=== DATASET ===
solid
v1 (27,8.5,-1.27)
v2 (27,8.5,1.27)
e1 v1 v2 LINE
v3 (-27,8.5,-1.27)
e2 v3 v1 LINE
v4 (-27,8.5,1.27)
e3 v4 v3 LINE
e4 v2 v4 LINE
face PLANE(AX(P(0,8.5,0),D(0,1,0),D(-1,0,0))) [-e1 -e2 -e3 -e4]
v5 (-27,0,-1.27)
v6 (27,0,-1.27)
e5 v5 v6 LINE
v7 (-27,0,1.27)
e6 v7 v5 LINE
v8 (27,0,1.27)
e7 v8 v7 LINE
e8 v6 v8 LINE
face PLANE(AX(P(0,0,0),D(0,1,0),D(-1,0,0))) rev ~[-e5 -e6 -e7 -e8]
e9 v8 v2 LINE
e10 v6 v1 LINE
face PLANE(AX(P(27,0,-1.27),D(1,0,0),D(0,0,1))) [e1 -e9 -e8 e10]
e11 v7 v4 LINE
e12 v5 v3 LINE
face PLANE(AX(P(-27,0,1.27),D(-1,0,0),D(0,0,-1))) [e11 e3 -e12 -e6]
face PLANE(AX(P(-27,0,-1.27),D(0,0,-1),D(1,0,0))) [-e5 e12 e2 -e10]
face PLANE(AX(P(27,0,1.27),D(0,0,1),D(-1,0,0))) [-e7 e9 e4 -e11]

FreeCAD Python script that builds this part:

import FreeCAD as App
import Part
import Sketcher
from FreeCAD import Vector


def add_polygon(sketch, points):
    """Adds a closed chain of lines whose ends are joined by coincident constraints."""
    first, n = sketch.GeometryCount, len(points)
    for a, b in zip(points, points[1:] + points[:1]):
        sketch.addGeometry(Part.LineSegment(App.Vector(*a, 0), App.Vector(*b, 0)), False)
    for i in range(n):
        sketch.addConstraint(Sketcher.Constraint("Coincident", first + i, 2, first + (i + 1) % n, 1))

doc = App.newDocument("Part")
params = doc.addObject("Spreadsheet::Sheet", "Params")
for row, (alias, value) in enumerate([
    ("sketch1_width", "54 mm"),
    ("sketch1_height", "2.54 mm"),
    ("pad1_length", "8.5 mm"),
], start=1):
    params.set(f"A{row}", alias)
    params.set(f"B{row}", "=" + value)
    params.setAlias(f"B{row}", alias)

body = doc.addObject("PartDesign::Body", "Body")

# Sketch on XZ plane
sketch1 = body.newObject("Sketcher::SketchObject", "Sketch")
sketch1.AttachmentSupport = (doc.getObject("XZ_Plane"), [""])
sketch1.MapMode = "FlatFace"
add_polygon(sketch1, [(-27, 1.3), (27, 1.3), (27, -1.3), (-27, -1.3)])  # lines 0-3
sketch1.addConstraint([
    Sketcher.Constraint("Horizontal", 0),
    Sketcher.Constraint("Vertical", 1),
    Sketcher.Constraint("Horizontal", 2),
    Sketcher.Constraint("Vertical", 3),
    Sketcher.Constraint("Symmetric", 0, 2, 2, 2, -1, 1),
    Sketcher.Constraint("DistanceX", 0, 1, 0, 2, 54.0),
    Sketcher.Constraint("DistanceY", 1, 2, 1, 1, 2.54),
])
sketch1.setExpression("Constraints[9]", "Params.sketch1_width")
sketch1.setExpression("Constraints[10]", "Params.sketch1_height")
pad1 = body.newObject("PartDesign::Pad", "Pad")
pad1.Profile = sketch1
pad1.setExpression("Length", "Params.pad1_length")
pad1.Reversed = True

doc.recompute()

=== ACTIVITY ===
Among the entries above, locate the lines containing "v1 (27,8.5,-1.27)" and "v7 (-27,0,1.27)", and transcribe exactly those two lines and all lines between.

=== RESULT OF THE EXERCISE ===
v1 (27,8.5,-1.27)
v2 (27,8.5,1.27)
e1 v1 v2 LINE
v3 (-27,8.5,-1.27)
e2 v3 v1 LINE
v4 (-27,8.5,1.27)
e3 v4 v3 LINE
e4 v2 v4 LINE
face PLANE(AX(P(0,8.5,0),D(0,1,0),D(-1,0,0))) [-e1 -e2 -e3 -e4]
v5 (-27,0,-1.27)
v6 (27,0,-1.27)
e5 v5 v6 LINE
v7 (-27,0,1.27)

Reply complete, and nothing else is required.